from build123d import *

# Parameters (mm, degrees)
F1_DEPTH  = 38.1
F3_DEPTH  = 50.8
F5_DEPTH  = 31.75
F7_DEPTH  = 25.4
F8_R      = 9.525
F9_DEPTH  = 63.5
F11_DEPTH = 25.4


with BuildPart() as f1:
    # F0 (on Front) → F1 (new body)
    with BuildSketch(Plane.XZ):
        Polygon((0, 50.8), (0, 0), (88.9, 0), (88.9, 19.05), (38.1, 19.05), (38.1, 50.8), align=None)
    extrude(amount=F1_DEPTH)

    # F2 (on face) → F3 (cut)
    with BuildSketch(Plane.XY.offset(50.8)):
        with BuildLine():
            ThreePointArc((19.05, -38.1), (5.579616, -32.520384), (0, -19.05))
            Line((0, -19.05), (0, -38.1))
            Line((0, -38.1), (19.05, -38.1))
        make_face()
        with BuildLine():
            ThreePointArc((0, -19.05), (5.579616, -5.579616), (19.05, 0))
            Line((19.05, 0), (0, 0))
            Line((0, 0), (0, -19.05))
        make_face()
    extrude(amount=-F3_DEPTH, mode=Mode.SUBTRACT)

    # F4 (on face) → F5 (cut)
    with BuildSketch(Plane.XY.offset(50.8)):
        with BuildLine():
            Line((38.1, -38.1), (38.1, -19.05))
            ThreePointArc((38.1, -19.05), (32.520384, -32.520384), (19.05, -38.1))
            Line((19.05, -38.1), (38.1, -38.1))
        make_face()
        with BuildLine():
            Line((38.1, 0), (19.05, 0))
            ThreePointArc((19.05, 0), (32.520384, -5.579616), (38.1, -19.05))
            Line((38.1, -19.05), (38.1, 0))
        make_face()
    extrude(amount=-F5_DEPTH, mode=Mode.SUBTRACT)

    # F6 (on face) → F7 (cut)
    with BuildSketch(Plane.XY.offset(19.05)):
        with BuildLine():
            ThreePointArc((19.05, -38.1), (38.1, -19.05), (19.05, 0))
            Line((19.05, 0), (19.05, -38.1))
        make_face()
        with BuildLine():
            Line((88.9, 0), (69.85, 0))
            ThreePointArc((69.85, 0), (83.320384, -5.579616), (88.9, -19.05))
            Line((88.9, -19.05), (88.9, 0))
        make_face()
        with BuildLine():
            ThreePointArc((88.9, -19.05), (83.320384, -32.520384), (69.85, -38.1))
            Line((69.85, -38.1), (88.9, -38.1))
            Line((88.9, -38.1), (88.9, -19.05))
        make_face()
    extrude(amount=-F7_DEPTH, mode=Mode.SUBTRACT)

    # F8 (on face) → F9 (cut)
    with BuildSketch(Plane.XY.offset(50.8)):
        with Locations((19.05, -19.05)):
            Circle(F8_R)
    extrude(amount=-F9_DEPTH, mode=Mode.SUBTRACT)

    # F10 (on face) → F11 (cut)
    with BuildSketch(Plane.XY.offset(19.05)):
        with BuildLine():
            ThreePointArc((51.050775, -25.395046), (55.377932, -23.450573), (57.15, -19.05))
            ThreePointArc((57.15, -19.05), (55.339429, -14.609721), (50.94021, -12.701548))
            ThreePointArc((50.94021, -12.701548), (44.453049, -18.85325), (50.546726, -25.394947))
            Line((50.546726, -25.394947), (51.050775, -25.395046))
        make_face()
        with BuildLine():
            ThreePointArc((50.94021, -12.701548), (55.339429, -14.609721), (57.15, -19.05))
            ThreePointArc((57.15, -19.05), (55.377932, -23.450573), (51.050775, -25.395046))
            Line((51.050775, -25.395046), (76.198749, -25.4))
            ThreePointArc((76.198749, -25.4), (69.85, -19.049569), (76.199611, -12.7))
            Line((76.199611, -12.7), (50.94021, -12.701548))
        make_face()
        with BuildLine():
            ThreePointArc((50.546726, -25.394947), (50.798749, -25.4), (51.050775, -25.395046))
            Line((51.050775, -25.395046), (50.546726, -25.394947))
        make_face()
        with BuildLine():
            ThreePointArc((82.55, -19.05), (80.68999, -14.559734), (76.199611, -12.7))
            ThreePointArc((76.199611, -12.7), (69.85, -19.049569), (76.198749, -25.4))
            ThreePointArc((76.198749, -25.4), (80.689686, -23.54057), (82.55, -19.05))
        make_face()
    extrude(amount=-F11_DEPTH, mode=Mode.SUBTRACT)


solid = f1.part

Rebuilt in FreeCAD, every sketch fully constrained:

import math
import FreeCAD as App
import Part
import Sketcher
Q = App.Units.Quantity


def add_polygon(sketch, points):
    """Adds a closed chain of lines whose ends are joined by coincident constraints."""
    first, n = sketch.GeometryCount, len(points)
    for a, b in zip(points, points[1:] + points[:1]):
        sketch.addGeometry(Part.LineSegment(App.Vector(*a, 0), App.Vector(*b, 0)), False)
    for i in range(n):
        sketch.addConstraint(Sketcher.Constraint("Coincident", first + i, 2, first + (i + 1) % n, 1))

doc = App.newDocument("Part")
body = doc.addObject("PartDesign::Body", "Body")
body.AllowCompound = True

sketch1 = body.newObject("Sketcher::SketchObject", "Sketch")
sketch1.AttachmentSupport = (doc.getObject("XZ_Plane"), [""])
sketch1.MapMode = "FlatFace"
add_polygon(sketch1, [(0, 50.8), (0, 0), (88.9, 0), (88.9, 19.05), (38.1, 19.05), (38.1, 50.8)])
sketch1.addConstraint([
    Sketcher.Constraint("Vertical", 0),
    Sketcher.Constraint("Horizontal", 1),
    Sketcher.Constraint("Vertical", 2),
    Sketcher.Constraint("Horizontal", 3),
    Sketcher.Constraint("Vertical", 4),
    Sketcher.Constraint("Horizontal", 5),
    Sketcher.Constraint("Coincident", 0, 2, -1, 1),
    Sketcher.Constraint("Equal", 3, 0),
    Sketcher.Constraint("DistanceX", 3, 2, 3, 1, Q("2 in")),
    Sketcher.Constraint("DistanceX", 1, 1, 1, 2, Q("3.5 in")),
    Sketcher.Constraint("DistanceY", 2, 1, 2, 2, Q("0.75 in")),
])
pad1 = body.newObject("PartDesign::Pad", "Pad")
pad1.Profile = sketch1
pad1.Length = Q("1.5 in")

sketch2 = body.newObject("Sketcher::SketchObject", "Sketch001")
sketch2.AttachmentSupport = (doc.getObject("XY_Plane"), [""])
sketch2.MapMode = "FlatFace"
sketch2.AttachmentOffset = App.Placement(App.Vector(0, 0, 2 * 25.4), App.Rotation())
sketch2.addGeometry([
    Part.ArcOfCircle(Part.Circle(App.Vector(19.050001, -19.049999, 0), App.Vector(0, 0, 1), 19.050001), math.radians(-179.999998), math.radians(-90.000002)),
    Part.LineSegment(App.Vector(0, -19.05, 0), App.Vector(0, -38.1, 0)),
    Part.LineSegment(App.Vector(0, -38.1, 0), App.Vector(19.05, -38.1, 0)),
    Part.ArcOfCircle(Part.Circle(App.Vector(19.050001, -19.050001, 0), App.Vector(0, 0, 1), 19.050001), math.radians(90.000002), math.radians(179.999998)),
    Part.LineSegment(App.Vector(19.05, 0, 0), App.Vector(0, 0, 0)),
    Part.LineSegment(App.Vector(0, 0, 0), App.Vector(0, -19.05, 0)),
], False)
sketch2.addConstraint([
    Sketcher.Constraint("Tangent", 0, 1, 1, 1),
    Sketcher.Constraint("Coincident", 1, 2, 2, 1),
    Sketcher.Constraint("Tangent", 2, 2, 0, 2),
    Sketcher.Constraint("Tangent", 3, 1, 4, 1),
    Sketcher.Constraint("Coincident", 4, 2, 5, 1),
    Sketcher.Constraint("Tangent", 5, 2, 3, 2),
    Sketcher.Constraint("Vertical", 1),
    Sketcher.Constraint("Horizontal", 2),
    Sketcher.Constraint("Horizontal", 4),
    Sketcher.Constraint("Vertical", 5),
    Sketcher.Constraint("Coincident", 4, 2, -1, 1),
    Sketcher.Constraint("Coincident", 3, 3, 0, 3),
    Sketcher.Constraint("Equal", 0, 3),
    Sketcher.Constraint("Radius", 0, Q("0.75 in")),
])
pocket1 = body.newObject("PartDesign::Pocket", "Pocket")
pocket1.Profile = sketch2
pocket1.Length = Q("2 in")

sketch3 = body.newObject("Sketcher::SketchObject", "Sketch002")
sketch3.AttachmentSupport = (doc.getObject("XY_Plane"), [""])
sketch3.MapMode = "FlatFace"
sketch3.AttachmentOffset = App.Placement(App.Vector(0, 0, 2 * 25.4), App.Rotation())
sketch3.addGeometry([
    Part.LineSegment(App.Vector(38.1, -38.1, 0), App.Vector(38.1, -19.05, 0)),
    Part.ArcOfCircle(Part.Circle(App.Vector(19.049999, -19.049999, 0), App.Vector(0, 0, 1), 19.050001), math.radians(-89.999998), math.radians(-0.000002)),
    Part.LineSegment(App.Vector(19.05, -38.1, 0), App.Vector(38.1, -38.1, 0)),
    Part.LineSegment(App.Vector(38.1, 0, 0), App.Vector(19.05, 0, 0)),
    Part.ArcOfCircle(Part.Circle(App.Vector(19.049999, -19.050001, 0), App.Vector(0, 0, 1), 19.050001), math.radians(0.000002), math.radians(89.999998)),
    Part.LineSegment(App.Vector(38.1, -19.05, 0), App.Vector(38.1, 0, 0)),
], False)
sketch3.addConstraint([
    Sketcher.Constraint("Tangent", 0, 2, 1, 2),
    Sketcher.Constraint("Tangent", 1, 1, 2, 1),
    Sketcher.Constraint("Coincident", 2, 2, 0, 1),
    Sketcher.Constraint("Tangent", 3, 2, 4, 2),
    Sketcher.Constraint("Tangent", 4, 1, 5, 1),
    Sketcher.Constraint("Coincident", 5, 2, 3, 1),
    Sketcher.Constraint("Vertical", 0),
    Sketcher.Constraint("Horizontal", 2),
    Sketcher.Constraint("Horizontal", 3),
    Sketcher.Constraint("Vertical", 5),
    Sketcher.Constraint("Coincident", 4, 3, 1, 3),
    Sketcher.Constraint("Equal", 1, 4),
    Sketcher.Constraint("PointOnObject", 3, 2, -1),
    Sketcher.Constraint("Radius", 1, Q("0.75 in")),
    Sketcher.Constraint("DistanceX", -1, 1, 0, 2, Q("1.5 in")),
])
pocket2 = body.newObject("PartDesign::Pocket", "Pocket001")
pocket2.Profile = sketch3
pocket2.Length = Q("1.25 in")

sketch4 = body.newObject("Sketcher::SketchObject", "Sketch003")
sketch4.AttachmentSupport = (doc.getObject("XY_Plane"), [""])
sketch4.MapMode = "FlatFace"
sketch4.AttachmentOffset = App.Placement(App.Vector(0, 0, 0.75 * 25.4), App.Rotation())
sketch4.addGeometry([
    Part.ArcOfCircle(Part.Circle(App.Vector(19.05, -19.05, 0), App.Vector(0, 0, 1), 19.05), math.radians(-90), math.radians(90)),
    Part.LineSegment(App.Vector(19.05, 0, 0), App.Vector(19.05, -38.1, 0)),
    Part.LineSegment(App.Vector(88.9, 0, 0), App.Vector(69.85, 0, 0)),
    Part.ArcOfCircle(Part.Circle(App.Vector(69.849999, -19.050001, 0), App.Vector(0, 0, 1), 19.050001), math.radians(0.000002), math.radians(89.999998)),
    Part.LineSegment(App.Vector(88.9, -19.05, 0), App.Vector(88.9, 0, 0)),
    Part.ArcOfCircle(Part.Circle(App.Vector(69.849999, -19.049999, 0), App.Vector(0, 0, 1), 19.050001), math.radians(-89.999998), math.radians(-0.000002)),
    Part.LineSegment(App.Vector(69.85, -38.1, 0), App.Vector(88.9, -38.1, 0)),
    Part.LineSegment(App.Vector(88.9, -38.1, 0), App.Vector(88.9, -19.05, 0)),
], False)
sketch4.addConstraint([
    Sketcher.Constraint("Coincident", 0, 1, 1, 2),
    Sketcher.Constraint("Coincident", 1, 1, 0, 2),
    Sketcher.Constraint("Tangent", 2, 2, 3, 2),
    Sketcher.Constraint("Tangent", 3, 1, 4, 1),
    Sketcher.Constraint("Coincident", 4, 2, 2, 1),
    Sketcher.Constraint("Tangent", 5, 1, 6, 1),
    Sketcher.Constraint("Coincident", 6, 2, 7, 1),
    Sketcher.Constraint("Tangent", 7, 2, 5, 2),
    Sketcher.Constraint("Vertical", 1),
    Sketcher.Constraint("Horizontal", 2),
    Sketcher.Constraint("Vertical", 4),
    Sketcher.Constraint("Horizontal", 6),
    Sketcher.Constraint("Vertical", 7),
    Sketcher.Constraint("Coincident", 5, 3, 3, 3),
    Sketcher.Constraint("Equal", 0, 3),
    Sketcher.Constraint("Equal", 3, 5),
    Sketcher.Constraint("PointOnObject", 1, 1, -1),
    Sketcher.Constraint("PointOnObject", 2, 2, -1),
    Sketcher.Constraint("Radius", 0, Q("0.75 in")),
    Sketcher.Constraint("DistanceX", 0, 3, 3, 3, Q("2 in")),
    Sketcher.Constraint("DistanceX", 0, 1, 3, 3, Q("2 in")),
    Sketcher.Constraint("DistanceX", -1, 1, 3, 1, Q("3.5 in")),
])
pocket3 = body.newObject("PartDesign::Pocket", "Pocket002")
pocket3.Profile = sketch4
pocket3.Length = Q("1 in")

sketch5 = body.newObject("Sketcher::SketchObject", "Sketch004")
sketch5.AttachmentSupport = (doc.getObject("XY_Plane"), [""])
sketch5.MapMode = "FlatFace"
sketch5.AttachmentOffset = App.Placement(App.Vector(0, 0, 2 * 25.4), App.Rotation())
sketch5.addGeometry(Part.Circle(App.Vector(19.05, -19.05, 0), App.Vector(0, 0, 1), 9.525), False)
sketch5.addConstraint([
    Sketcher.Constraint("Diameter", 0, Q("0.75 in")),
    Sketcher.Constraint("DistanceX", -1, 1, 0, 3, Q("0.75 in")),
    Sketcher.Constraint("DistanceY", 0, 3, -1, 1, Q("0.75 in")),
])
pocket4 = body.newObject("PartDesign::Pocket", "Pocket003")
pocket4.Profile = sketch5
pocket4.Length = Q("2.5 in")

sketch6 = body.newObject("Sketcher::SketchObject", "Sketch005")
sketch6.AttachmentSupport = (doc.getObject("XY_Plane"), [""])
sketch6.MapMode = "FlatFace"
sketch6.AttachmentOffset = App.Placement(App.Vector(0, 0, 0.75 * 25.4), App.Rotation())
sketch6.addGeometry([
    Part.ArcOfCircle(Part.Circle(App.Vector(50.8, -19.05, 0), App.Vector(0, 0, 1), 6.35), math.radians(88.734791), math.radians(267.714111)),
    Part.ArcOfCircle(Part.Circle(App.Vector(50.799997, -19.050307, 0), App.Vector(0, 0, 1), 6.349694), math.radians(-92.285967), math.radians(-87.73654)),
    Part.LineSegment(App.Vector(51.050775, -25.395046, 0), App.Vector(76.198749, -25.4, 0)),
    Part.ArcOfCircle(Part.Circle(App.Vector(76.2, -19.05, 0), App.Vector(0, 0, 1), 6.35), math.radians(-90.011285), math.radians(-0.000002)),
    Part.ArcOfCircle(Part.Circle(App.Vector(76.2, -19.05, 0), App.Vector(0, 0, 1), 6.35), math.radians(0.000002), math.radians(90.003508)),
    Part.LineSegment(App.Vector(76.199611, -12.7, 0), App.Vector(50.94021, -12.701548, 0)),
], False)
sketch6.addConstraint([
    Sketcher.Constraint("Coincident", 0, 2, 1, 1),
    Sketcher.Constraint("Coincident", 1, 2, 2, 1),
    Sketcher.Constraint("Coincident", 2, 2, 3, 1),
    Sketcher.Constraint("Coincident", 3, 2, 4, 1),
    Sketcher.Constraint("Coincident", 4, 2, 5, 1),
    Sketcher.Constraint("Coincident", 5, 2, 0, 1),
    Sketcher.Constraint("Coincident", 4, 3, 3, 3),
    Sketcher.Constraint("Radius", 0, Q("0.25 in")),
    Sketcher.Constraint("Radius", 3, Q("0.25 in")),
    Sketcher.Constraint("DistanceX", -1, 1, 0, 3, Q("2 in")),
    Sketcher.Constraint("DistanceX", -1, 1, 1, 3, Q("1.9999999 in")),
    Sketcher.Constraint("DistanceX", -1, 1, 3, 3, Q("3 in")),
    Sketcher.Constraint("DistanceY", 2, 2, -1, 1, Q("1 in")),
    Sketcher.Constraint("DistanceY", 0, 3, -1, 1, Q("0.75 in")),
    Sketcher.Constraint("DistanceY", 3, 2, -1, 1, Q("0.75 in")),
    Sketcher.Constraint("Radius", 1, 6.349694),
    Sketcher.Constraint("Distance", 5, 25.259401),
    Sketcher.Constraint("DistanceY", 0, 2, 5, 2, 12.693399),
    Sketcher.Constraint("DistanceX", -1, 1, 2, 2, 76.198749),
    Sketcher.Constraint("DistanceX", -1, 1, 4, 2, 76.199611),
    Sketcher.Constraint("DistanceX", 0, 2, 1, 2, 0.504049),
])
pocket5 = body.newObject("PartDesign::Pocket", "Pocket004")
pocket5.Profile = sketch6
pocket5.Length = Q("1 in")

doc.recompute()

════════════════════

Problem details: Copy down each line in the entries that has the word "amount".

Output below:
    extrude(amount=F1_DEPTH)
    extrude(amount=-F3_DEPTH, mode=Mode.SUBTRACT)
    extrude(amount=-F5_DEPTH, mode=Mode.SUBTRACT)
    extrude(amount=-F7_DEPTH, mode=Mode.SUBTRACT)
    extrude(amount=-F9_DEPTH, mode=Mode.SUBTRACT)
    extrude(amount=-F11_DEPTH, mode=Mode.SUBTRACT)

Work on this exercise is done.